== Data extract

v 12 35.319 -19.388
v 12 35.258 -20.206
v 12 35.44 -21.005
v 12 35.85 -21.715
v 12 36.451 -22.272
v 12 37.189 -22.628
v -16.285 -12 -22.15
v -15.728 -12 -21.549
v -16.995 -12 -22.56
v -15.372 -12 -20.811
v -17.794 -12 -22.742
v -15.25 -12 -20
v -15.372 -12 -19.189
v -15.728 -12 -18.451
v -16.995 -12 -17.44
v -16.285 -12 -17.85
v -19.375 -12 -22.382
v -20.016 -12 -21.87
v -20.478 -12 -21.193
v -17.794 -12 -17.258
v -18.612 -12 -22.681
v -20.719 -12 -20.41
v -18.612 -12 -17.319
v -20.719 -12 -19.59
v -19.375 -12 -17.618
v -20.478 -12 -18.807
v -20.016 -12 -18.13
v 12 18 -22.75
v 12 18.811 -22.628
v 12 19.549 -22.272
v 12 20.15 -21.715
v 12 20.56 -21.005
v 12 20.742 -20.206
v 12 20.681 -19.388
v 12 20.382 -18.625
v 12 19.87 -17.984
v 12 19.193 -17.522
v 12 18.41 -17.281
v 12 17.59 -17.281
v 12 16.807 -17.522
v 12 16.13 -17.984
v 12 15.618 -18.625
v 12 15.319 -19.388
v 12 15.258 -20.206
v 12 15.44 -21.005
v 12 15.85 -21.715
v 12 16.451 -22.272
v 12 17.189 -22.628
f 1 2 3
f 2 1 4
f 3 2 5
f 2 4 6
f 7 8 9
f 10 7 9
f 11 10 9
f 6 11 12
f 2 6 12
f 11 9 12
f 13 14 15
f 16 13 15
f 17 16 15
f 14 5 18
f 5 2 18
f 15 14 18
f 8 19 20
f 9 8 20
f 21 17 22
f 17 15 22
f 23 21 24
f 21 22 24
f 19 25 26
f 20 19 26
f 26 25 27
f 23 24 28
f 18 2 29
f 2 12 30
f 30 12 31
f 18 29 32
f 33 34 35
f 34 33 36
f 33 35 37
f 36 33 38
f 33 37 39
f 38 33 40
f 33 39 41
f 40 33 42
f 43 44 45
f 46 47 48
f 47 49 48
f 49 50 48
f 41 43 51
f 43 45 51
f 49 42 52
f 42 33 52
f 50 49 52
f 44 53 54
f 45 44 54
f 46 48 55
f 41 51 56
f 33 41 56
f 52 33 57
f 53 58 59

====

Task to complete: Include the first line of the listing, the line with "v -15.728 -12 -18.451", and every line between them, each repeated exactly, and output only those.

Final answer:
v 12 35.319 -19.388
v 12 35.258 -20.206
v 12 35.44 -21.005
v 12 35.85 -21.715
v 12 36.451 -22.272
v 12 37.189 -22.628
v -16.285 -12 -22.15
v -15.728 -12 -21.549
v -16.995 -12 -22.56
v -15.372 -12 -20.811
v -17.794 -12 -22.742
v -15.25 -12 -20
v -15.372 -12 -19.189
v -15.728 -12 -18.451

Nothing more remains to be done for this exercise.